Task to complete:
From top to bottom, restate the entries below word for word.

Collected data
-------------------------
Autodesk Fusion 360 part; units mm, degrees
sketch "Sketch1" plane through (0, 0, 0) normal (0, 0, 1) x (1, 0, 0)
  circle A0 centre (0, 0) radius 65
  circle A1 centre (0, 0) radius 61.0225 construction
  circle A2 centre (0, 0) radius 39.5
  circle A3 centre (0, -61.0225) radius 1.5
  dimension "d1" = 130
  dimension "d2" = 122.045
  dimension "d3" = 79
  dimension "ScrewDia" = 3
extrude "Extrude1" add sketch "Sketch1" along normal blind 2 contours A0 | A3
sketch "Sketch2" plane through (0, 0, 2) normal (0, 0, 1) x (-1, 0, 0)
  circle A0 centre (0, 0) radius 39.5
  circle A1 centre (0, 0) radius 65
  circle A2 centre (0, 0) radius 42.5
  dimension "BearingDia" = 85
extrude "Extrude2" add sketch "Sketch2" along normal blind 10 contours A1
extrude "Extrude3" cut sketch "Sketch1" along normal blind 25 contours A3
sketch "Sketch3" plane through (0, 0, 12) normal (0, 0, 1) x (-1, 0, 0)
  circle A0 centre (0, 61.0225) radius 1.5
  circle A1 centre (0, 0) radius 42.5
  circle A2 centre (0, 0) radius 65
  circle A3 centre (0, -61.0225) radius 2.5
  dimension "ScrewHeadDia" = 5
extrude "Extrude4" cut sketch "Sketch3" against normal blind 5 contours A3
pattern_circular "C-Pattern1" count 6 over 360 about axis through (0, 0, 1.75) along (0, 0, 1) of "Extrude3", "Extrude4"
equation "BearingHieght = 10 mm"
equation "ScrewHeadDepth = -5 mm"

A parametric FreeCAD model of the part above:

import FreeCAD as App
import Part
import Sketcher
from FreeCAD import Vector

doc = App.newDocument("Part")
body = doc.addObject("PartDesign::Body", "Body")

sketch1 = body.newObject("Sketcher::SketchObject", "Sketch")
sketch1.AttachmentSupport = (doc.getObject("XY_Plane"), [""])
sketch1.MapMode = "FlatFace"
sketch1.addGeometry([
    Part.Circle(Vector(0, 0, 0), Vector(0, 0, 1), 65),
    Part.Circle(Vector(0, 0, 0), Vector(0, 0, 1), 39.5),
], False)
sketch1.addConstraint([
    Sketcher.Constraint("Coincident", 0, 3, -1, 1),
    Sketcher.Constraint("Coincident", 1, 3, -1, 1),
    Sketcher.Constraint("Diameter", 0, 130.0),
    Sketcher.Constraint("Diameter", 1, 79.0),
])
pad1 = body.newObject("PartDesign::Pad", "Pad")
pad1.Profile = sketch1
pad1.Length = 2

sketch2 = body.newObject("Sketcher::SketchObject", "Sketch001")
sketch2.AttachmentSupport = (doc.getObject("XY_Plane"), [""])
sketch2.MapMode = "FlatFace"
sketch2.AttachmentOffset = App.Placement(Vector(0, 0, 2), App.Rotation())
sketch2.addGeometry([
    Part.Circle(Vector(0, 0, 0), Vector(0, 0, 1), 65),
    Part.Circle(Vector(0, 0, 0), Vector(0, 0, 1), 42.5),
], False)
sketch2.addConstraint([
    Sketcher.Constraint("Coincident", 0, 3, -1, 1),
    Sketcher.Constraint("Coincident", 1, 3, -1, 1),
    Sketcher.Constraint("Diameter", 1, 85.0),
    Sketcher.Constraint("Diameter", 0, 130.0),
])
pad2 = body.newObject("PartDesign::Pad", "Pad001")
pad2.Profile = sketch2
pad2.Length = 10

sketch3 = body.newObject("Sketcher::SketchObject", "Sketch002")
sketch3.AttachmentSupport = (doc.getObject("XY_Plane"), [""])
sketch3.MapMode = "FlatFace"
sketch3.addGeometry(Part.Circle(Vector(0, -61.0225, 0), Vector(0, 0, 1), 1.5), False)
sketch3.addConstraint([
    Sketcher.Constraint("PointOnObject", 0, 3, -2),
    Sketcher.Constraint("Diameter", 0, 3.0),
    Sketcher.Constraint("DistanceY", 0, 3, -1, 1, 61.0225),
])
pocket1 = body.newObject("PartDesign::Pocket", "Pocket")
pocket1.Profile = sketch3
pocket1.Length = 25
pocket1.Reversed = True

sketch4 = body.newObject("Sketcher::SketchObject", "Sketch003")
sketch4.AttachmentSupport = (doc.getObject("XY_Plane"), [""])
sketch4.MapMode = "FlatFace"
sketch4.AttachmentOffset = App.Placement(Vector(0, 0, 12), App.Rotation())
sketch4.addGeometry(Part.Circle(Vector(0, 61.0225, 0), Vector(0, 0, 1), 2.5), False)
sketch4.addConstraint([
    Sketcher.Constraint("PointOnObject", 0, 3, -2),
    Sketcher.Constraint("Diameter", 0, 5.0),
    Sketcher.Constraint("DistanceY", -1, 1, 0, 3, 61.0225),
])
pocket2 = body.newObject("PartDesign::Pocket", "Pocket001")
pocket2.Profile = sketch4
pocket2.Length = 5
doc.recompute()

polarpattern = body.newObject("PartDesign::PolarPattern", "PolarPattern")
polarpattern.Originals = [pocket1, pocket2]
polarpattern.Axis = (doc.getObject("Z_Axis"), [""])
polarpattern.Angle = 360
polarpattern.Occurrences = 6
body.Tip = polarpattern

doc.recompute()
-------------------------
Exercise result:
Autodesk Fusion 360 part; units mm, degrees
sketch "Sketch1" plane through (0, 0, 0) normal (0, 0, 1) x (1, 0, 0)
  circle A0 centre (0, 0) radius 65
  circle A1 centre (0, 0) radius 61.0225 construction
  circle A2 centre (0, 0) radius 39.5
  circle A3 centre (0, -61.0225) radius 1.5
  dimension "d1" = 130
  dimension "d2" = 122.045
  dimension "d3" = 79
  dimension "ScrewDia" = 3
extrude "Extrude1" add sketch "Sketch1" along normal blind 2 contours A0 | A3
sketch "Sketch2" plane through (0, 0, 2) normal (0, 0, 1) x (-1, 0, 0)
  circle A0 centre (0, 0) radius 39.5
  circle A1 centre (0, 0) radius 65
  circle A2 centre (0, 0) radius 42.5
  dimension "BearingDia" = 85
extrude "Extrude2" add sketch "Sketch2" along normal blind 10 contours A1
extrude "Extrude3" cut sketch "Sketch1" along normal blind 25 contours A3
sketch "Sketch3" plane through (0, 0, 12) normal (0, 0, 1) x (-1, 0, 0)
  circle A0 centre (0, 61.0225) radius 1.5
  circle A1 centre (0, 0) radius 42.5
  circle A2 centre (0, 0) radius 65
  circle A3 centre (0, -61.0225) radius 2.5
  dimension "ScrewHeadDia" = 5
extrude "Extrude4" cut sketch "Sketch3" against normal blind 5 contours A3
pattern_circular "C-Pattern1" count 6 over 360 about axis through (0, 0, 1.75) along (0, 0, 1) of "Extrude3", "Extrude4"
equation "BearingHieght = 10 mm"
equation "ScrewHeadDepth = -5 mm"

A parametric FreeCAD model of the part above:

import FreeCAD as App
import Part
import Sketcher
from FreeCAD import Vector

doc = App.newDocument("Part")
body = doc.addObject("PartDesign::Body", "Body")

sketch1 = body.newObject("Sketcher::SketchObject", "Sketch")
sketch1.AttachmentSupport = (doc.getObject("XY_Plane"), [""])
sketch1.MapMode = "FlatFace"
sketch1.addGeometry([
    Part.Circle(Vector(0, 0, 0), Vector(0, 0, 1), 65),
    Part.Circle(Vector(0, 0, 0), Vector(0, 0, 1), 39.5),
], False)
sketch1.addConstraint([
    Sketcher.Constraint("Coincident", 0, 3, -1, 1),
    Sketcher.Constraint("Coincident", 1, 3, -1, 1),
    Sketcher.Constraint("Diameter", 0, 130.0),
    Sketcher.Constraint("Diameter", 1, 79.0),
])
pad1 = body.newObject("PartDesign::Pad", "Pad")
pad1.Profile = sketch1
pad1.Length = 2

sketch2 = body.newObject("Sketcher::SketchObject", "Sketch001")
sketch2.AttachmentSupport = (doc.getObject("XY_Plane"), [""])
sketch2.MapMode = "FlatFace"
sketch2.AttachmentOffset = App.Placement(Vector(0, 0, 2), App.Rotation())
sketch2.addGeometry([
    Part.Circle(Vector(0, 0, 0), Vector(0, 0, 1), 65),
    Part.Circle(Vector(0, 0, 0), Vector(0, 0, 1), 42.5),
], False)
sketch2.addConstraint([
    Sketcher.Constraint("Coincident", 0, 3, -1, 1),
    Sketcher.Constraint("Coincident", 1, 3, -1, 1),
    Sketcher.Constraint("Diameter", 1, 85.0),
    Sketcher.Constraint("Diameter", 0, 130.0),
])
pad2 = body.newObject("PartDesign::Pad", "Pad001")
pad2.Profile = sketch2
pad2.Length = 10

sketch3 = body.newObject("Sketcher::SketchObject", "Sketch002")
sketch3.AttachmentSupport = (doc.getObject("XY_Plane"), [""])
sketch3.MapMode = "FlatFace"
sketch3.addGeometry(Part.Circle(Vector(0, -61.0225, 0), Vector(0, 0, 1), 1.5), False)
sketch3.addConstraint([
    Sketcher.Constraint("PointOnObject", 0, 3, -2),
    Sketcher.Constraint("Diameter", 0, 3.0),
    Sketcher.Constraint("DistanceY", 0, 3, -1, 1, 61.0225),
])
pocket1 = body.newObject("PartDesign::Pocket", "Pocket")
pocket1.Profile = sketch3
pocket1.Length = 25
pocket1.Reversed = True

sketch4 = body.newObject("Sketcher::SketchObject", "Sketch003")
sketch4.AttachmentSupport = (doc.getObject("XY_Plane"), [""])
sketch4.MapMode = "FlatFace"
sketch4.AttachmentOffset = App.Placement(Vector(0, 0, 12), App.Rotation())
sketch4.addGeometry(Part.Circle(Vector(0, 61.0225, 0), Vector(0, 0, 1), 2.5), False)
sketch4.addConstraint([
    Sketcher.Constraint("PointOnObject", 0, 3, -2),
    Sketcher.Constraint("Diameter", 0, 5.0),
    Sketcher.Constraint("DistanceY", -1, 1, 0, 3, 61.0225),
])
pocket2 = body.newObject("PartDesign::Pocket", "Pocket001")
pocket2.Profile = sketch4
pocket2.Length = 5
doc.recompute()

polarpattern = body.newObject("PartDesign::PolarPattern", "PolarPattern")
polarpattern.Originals = [pocket1, pocket2]
polarpattern.Axis = (doc.getObject("Z_Axis"), [""])
polarpattern.Angle = 360
polarpattern.Occurrences = 6
body.Tip = polarpattern

doc.recompute()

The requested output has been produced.